What is the difference between REX, the Data Warehouse, and the Cube? I have been asked this question several times so I have written a brief description of each in hopes that when you go to your next meeting and someone brings up their report of fancy numbers, it may be easier for you to understand where that data came from, because chances are, they will say one of the three things I mentioned above if asked (and they may not even know what they are!).
Let’s first start with REX. If you were able to attend the information sharing work group presentation that Bridget and Lindsey did on REX, you saw very good demo on what REX is and what it’s used for. REX stands for Report Exchange and it is a web site devoted to university reporting. It should be the portal you go to when you want to start seeing reports on everything from enrollment numbers to how many tickets you put into the helpdesk ticketing system last year. I won’t go into the various sections of REX here, but you can feel free to take a look around, there are several helpful links that explain what REX is, how to get access to the various reports on it and how to use it. The website is https://rex.umbc.edu . All of the reports on the REX website are created from data that is stored in something called the Data Warehouse which is our next topic.
The Data Warehouse is a storage place for data across campus and is comprised of data from several systems. It contains housing and event data from a system called Symplicity, most of the data that is in PeopleSoft, and links to other database systems across campus including our own in house Contracting System. Each night the data is pulled from the various database systems across campus and dumped into this data warehouse. This is great because all of the data that is used to make decisions across campus can be found in one place. The downside is that since this data is pulled in nightly (generally starts at 12 midnight and finishes around 8:30 am) the reports contains data that is yesterday’s data. For most decision making regarding strategic planning efforts, this is acceptable. Another system of data that is stored in the data warehouse is something called the data cube. This is the third topic.
The "Cube" is a subset of data and logic that sits in the data warehouse that makes reporting on trends and aggregate data much easier/quicker. It takes data from various locations and performs business logic on them and then stores those results in the warehouse. For example, if you wanted to know what percentage of students were out of state, the cube would calculate all that up for you and give you a simple answer rather than you having to do the calculations on your report. The main difference between a regular database and a cube database is that the regular database are usually designed with an IT system in mind, and the function is to just provide data to and from the system where as the cube is designed using business logic for advanced analytics and they are typically used to allow analysts to perform queries on millions of records at a time.
So in short, REX is a storage place for reports and reporting tools used to access data that people are using across campus, the data warehouse is where all the data that the reports in REX use is stored on a nightly basis, and the cube is a subset of data that is stored in tabled based on business logic.

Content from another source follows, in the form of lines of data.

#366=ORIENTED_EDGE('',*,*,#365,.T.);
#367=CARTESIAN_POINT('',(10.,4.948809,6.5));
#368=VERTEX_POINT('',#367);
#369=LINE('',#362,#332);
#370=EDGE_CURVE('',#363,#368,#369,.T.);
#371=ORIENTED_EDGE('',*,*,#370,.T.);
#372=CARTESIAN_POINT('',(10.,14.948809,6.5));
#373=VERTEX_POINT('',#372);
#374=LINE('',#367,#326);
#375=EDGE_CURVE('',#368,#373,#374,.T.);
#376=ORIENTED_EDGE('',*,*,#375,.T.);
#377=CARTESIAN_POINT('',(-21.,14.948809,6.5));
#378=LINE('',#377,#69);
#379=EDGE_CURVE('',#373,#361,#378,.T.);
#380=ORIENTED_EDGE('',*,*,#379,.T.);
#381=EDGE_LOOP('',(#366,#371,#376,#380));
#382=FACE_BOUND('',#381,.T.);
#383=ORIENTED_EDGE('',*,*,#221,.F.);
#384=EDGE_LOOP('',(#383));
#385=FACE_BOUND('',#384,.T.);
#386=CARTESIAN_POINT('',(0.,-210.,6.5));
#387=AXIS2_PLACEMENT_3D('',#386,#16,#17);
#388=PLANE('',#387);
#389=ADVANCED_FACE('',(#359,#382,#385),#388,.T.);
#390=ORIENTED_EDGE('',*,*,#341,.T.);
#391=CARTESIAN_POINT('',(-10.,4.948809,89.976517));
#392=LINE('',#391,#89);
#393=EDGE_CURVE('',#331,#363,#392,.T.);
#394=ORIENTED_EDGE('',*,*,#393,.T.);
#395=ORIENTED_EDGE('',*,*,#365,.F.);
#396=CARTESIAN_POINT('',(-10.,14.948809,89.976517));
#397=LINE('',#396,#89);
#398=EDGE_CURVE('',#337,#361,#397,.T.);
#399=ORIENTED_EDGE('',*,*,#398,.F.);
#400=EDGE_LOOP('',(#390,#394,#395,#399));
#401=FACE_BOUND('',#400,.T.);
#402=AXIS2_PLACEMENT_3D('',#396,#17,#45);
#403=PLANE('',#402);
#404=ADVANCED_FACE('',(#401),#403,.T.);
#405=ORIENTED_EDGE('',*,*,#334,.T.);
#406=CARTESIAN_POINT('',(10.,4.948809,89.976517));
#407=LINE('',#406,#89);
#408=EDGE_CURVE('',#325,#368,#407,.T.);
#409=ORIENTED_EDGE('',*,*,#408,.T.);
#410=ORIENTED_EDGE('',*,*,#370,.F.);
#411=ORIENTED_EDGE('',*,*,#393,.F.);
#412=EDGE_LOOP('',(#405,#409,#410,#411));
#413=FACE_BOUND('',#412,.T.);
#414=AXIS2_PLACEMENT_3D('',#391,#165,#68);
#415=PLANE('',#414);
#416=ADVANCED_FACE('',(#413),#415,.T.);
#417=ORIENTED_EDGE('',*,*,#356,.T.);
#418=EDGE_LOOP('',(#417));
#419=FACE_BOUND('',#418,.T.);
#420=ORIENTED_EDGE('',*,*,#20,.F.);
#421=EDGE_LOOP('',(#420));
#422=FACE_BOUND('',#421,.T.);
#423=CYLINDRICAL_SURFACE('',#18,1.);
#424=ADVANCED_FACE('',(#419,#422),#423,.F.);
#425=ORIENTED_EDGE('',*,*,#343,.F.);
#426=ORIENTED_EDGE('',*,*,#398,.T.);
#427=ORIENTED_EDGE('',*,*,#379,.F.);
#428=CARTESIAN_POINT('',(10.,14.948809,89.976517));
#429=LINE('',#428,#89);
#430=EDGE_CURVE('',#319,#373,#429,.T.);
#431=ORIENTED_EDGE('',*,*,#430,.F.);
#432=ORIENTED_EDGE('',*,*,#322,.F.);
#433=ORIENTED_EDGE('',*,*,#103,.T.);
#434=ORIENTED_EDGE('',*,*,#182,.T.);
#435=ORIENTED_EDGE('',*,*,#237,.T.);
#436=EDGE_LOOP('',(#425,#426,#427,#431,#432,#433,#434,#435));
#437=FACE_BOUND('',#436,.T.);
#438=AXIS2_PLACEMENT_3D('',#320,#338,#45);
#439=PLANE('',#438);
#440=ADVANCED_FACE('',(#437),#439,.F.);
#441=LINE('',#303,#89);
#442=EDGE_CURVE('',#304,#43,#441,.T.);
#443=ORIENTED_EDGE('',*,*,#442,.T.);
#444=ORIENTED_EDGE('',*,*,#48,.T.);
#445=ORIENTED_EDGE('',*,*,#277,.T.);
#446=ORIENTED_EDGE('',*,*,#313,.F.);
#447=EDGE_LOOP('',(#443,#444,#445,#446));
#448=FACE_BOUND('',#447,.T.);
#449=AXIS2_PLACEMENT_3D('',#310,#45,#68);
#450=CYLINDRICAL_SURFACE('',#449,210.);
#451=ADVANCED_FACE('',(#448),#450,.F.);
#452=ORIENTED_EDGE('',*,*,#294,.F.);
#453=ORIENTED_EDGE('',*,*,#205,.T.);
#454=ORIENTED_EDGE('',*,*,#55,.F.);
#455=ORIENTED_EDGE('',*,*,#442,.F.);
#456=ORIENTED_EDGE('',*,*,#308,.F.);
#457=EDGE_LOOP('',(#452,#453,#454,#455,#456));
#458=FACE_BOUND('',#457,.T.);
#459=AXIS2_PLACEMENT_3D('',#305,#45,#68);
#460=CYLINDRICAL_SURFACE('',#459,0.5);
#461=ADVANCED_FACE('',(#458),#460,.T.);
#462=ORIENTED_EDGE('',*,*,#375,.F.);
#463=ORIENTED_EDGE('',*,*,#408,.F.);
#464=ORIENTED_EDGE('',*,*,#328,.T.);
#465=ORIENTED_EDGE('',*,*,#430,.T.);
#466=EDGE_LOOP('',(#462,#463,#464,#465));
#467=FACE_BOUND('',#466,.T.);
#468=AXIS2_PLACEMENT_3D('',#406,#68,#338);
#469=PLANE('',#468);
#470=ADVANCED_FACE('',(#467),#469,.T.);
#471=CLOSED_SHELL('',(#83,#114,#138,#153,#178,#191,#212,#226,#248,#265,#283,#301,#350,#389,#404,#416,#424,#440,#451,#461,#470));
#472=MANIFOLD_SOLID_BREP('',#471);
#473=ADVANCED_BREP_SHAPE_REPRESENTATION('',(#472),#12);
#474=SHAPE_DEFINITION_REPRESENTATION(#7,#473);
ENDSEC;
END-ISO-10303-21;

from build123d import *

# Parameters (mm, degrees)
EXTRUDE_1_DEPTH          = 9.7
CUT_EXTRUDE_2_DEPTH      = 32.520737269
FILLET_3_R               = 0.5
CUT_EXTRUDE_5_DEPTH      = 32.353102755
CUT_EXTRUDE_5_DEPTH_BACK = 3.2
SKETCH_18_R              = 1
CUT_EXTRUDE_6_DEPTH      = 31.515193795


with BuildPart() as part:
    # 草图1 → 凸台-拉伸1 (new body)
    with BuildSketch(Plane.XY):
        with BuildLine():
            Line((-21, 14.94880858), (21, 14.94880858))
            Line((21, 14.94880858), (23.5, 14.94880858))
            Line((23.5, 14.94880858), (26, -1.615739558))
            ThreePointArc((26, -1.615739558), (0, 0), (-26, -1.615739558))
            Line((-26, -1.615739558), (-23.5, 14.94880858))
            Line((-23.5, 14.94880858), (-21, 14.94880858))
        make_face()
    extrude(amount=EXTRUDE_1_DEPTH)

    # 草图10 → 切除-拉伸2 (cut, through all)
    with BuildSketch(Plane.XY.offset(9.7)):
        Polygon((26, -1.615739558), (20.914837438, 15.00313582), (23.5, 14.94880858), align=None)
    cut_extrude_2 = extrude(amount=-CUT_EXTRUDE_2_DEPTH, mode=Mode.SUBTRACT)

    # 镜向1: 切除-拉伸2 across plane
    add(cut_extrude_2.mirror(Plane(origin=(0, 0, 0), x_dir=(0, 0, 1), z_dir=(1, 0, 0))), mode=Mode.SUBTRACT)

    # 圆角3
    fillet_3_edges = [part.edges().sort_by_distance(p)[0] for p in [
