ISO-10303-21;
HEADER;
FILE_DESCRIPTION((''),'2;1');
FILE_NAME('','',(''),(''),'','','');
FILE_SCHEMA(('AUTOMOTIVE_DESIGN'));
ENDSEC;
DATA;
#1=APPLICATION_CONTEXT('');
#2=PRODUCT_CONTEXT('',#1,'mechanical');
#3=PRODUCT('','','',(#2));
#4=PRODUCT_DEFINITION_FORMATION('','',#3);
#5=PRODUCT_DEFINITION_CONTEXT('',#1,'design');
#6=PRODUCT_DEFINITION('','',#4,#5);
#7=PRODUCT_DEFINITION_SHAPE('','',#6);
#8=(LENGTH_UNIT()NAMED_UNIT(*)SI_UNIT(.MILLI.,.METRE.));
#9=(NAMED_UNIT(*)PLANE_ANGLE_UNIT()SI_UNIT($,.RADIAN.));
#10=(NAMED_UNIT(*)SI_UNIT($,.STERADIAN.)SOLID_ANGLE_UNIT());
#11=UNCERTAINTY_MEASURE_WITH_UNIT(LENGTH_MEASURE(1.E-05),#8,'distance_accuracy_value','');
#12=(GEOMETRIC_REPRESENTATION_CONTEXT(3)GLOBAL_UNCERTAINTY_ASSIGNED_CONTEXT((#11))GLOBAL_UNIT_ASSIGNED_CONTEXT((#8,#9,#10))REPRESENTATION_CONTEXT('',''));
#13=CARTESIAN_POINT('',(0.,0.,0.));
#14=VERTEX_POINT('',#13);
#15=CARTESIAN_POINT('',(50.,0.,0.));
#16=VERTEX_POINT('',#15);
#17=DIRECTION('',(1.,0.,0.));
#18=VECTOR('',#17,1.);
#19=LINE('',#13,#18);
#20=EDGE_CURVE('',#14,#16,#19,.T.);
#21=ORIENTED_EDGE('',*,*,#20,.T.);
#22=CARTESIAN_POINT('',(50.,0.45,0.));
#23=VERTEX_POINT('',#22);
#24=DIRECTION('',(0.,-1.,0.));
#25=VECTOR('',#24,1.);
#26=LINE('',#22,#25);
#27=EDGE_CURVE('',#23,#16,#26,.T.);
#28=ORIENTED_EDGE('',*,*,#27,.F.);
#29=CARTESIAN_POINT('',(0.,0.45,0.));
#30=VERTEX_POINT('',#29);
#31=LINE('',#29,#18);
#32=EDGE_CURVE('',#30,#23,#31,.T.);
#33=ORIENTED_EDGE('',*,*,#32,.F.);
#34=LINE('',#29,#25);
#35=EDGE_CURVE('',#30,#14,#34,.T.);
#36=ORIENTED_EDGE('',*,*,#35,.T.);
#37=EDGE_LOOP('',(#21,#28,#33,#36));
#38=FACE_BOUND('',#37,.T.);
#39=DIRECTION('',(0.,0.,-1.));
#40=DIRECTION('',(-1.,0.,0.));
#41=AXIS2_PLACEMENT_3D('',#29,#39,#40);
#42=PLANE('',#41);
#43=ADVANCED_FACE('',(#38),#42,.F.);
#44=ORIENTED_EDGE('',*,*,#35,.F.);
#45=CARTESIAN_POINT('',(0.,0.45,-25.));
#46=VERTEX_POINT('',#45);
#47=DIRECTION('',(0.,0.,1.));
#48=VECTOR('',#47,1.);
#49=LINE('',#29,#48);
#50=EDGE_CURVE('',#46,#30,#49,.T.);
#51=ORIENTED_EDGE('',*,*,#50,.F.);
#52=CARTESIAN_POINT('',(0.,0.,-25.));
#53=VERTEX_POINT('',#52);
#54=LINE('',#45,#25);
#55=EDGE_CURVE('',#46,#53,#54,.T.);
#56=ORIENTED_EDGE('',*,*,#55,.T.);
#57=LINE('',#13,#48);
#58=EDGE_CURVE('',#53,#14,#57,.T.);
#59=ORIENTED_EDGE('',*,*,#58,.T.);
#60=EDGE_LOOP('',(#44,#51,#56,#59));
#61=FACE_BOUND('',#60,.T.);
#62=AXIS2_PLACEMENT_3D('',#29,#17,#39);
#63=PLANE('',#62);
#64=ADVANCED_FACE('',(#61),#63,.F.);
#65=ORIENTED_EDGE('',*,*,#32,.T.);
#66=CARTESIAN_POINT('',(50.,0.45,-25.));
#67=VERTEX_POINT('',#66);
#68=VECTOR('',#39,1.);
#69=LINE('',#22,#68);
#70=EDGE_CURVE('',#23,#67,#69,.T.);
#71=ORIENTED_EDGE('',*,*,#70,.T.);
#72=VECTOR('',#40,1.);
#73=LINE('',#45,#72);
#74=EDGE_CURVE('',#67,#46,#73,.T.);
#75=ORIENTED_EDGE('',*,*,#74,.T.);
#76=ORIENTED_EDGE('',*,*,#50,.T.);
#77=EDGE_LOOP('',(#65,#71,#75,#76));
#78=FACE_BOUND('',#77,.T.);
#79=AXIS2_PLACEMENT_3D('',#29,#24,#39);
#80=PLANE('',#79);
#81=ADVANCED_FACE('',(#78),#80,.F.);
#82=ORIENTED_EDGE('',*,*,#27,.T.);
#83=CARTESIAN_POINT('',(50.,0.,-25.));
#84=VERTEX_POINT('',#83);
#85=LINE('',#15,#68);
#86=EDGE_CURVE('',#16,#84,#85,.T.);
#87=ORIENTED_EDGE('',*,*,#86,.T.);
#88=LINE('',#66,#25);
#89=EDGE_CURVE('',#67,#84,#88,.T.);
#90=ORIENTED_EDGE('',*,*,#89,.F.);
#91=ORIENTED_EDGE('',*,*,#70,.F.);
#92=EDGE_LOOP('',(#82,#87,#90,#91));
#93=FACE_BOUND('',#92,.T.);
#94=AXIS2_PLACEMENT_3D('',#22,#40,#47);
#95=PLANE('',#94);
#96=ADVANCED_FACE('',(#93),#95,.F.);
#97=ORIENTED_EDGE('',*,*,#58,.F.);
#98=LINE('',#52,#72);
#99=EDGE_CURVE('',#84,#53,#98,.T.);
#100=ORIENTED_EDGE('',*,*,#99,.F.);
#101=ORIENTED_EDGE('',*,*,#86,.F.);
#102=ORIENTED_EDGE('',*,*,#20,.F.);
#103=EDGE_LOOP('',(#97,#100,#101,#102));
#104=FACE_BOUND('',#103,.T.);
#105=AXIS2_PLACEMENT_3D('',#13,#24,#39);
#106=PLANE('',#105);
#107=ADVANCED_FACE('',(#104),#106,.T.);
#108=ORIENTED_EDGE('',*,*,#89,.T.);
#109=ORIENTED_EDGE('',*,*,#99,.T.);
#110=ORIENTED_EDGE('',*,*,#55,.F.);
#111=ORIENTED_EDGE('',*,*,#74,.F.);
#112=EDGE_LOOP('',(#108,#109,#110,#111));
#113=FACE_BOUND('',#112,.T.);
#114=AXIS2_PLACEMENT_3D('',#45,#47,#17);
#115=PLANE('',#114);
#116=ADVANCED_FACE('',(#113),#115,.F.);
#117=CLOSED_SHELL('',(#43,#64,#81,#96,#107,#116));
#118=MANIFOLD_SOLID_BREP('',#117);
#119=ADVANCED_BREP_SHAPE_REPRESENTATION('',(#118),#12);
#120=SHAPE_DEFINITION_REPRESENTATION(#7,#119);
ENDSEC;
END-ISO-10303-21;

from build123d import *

# Parameters (mm, degrees)
SKETCH1_W           = 50
SKETCH1_H           = 25
BOSS_EXTRUDE1_DEPTH = 0.45


with BuildPart() as part:
    # Sketch1 → Boss-Extrude1 (new body)
    with BuildSketch(Plane(origin=(0, 0, 0), x_dir=(1, 0, 0), z_dir=(0, 1, 0))):
        with Locations((25, 12.5)):
            Rectangle(SKETCH1_W, SKETCH1_H)
    extrude(amount=BOSS_EXTRUDE1_DEPTH)


solid = part.part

Think of it as the postal service. The warehouse is the mail box. All of the mail is just pushed together in that mail box and sits there waiting for someone to do something with it. Then the mail person comes and takes it to a mail sorting facility. This is the cube. The facility sorts the mail based on the zip code and sorts it into different boxes. Once that is done, the mail person comes back, grabs that data and hands it over to the recipient which is REX. Of course we all know that it isn’t that simple and that the mail person an ETL (which is short for extract, transform and load process), but that is a topic for another article.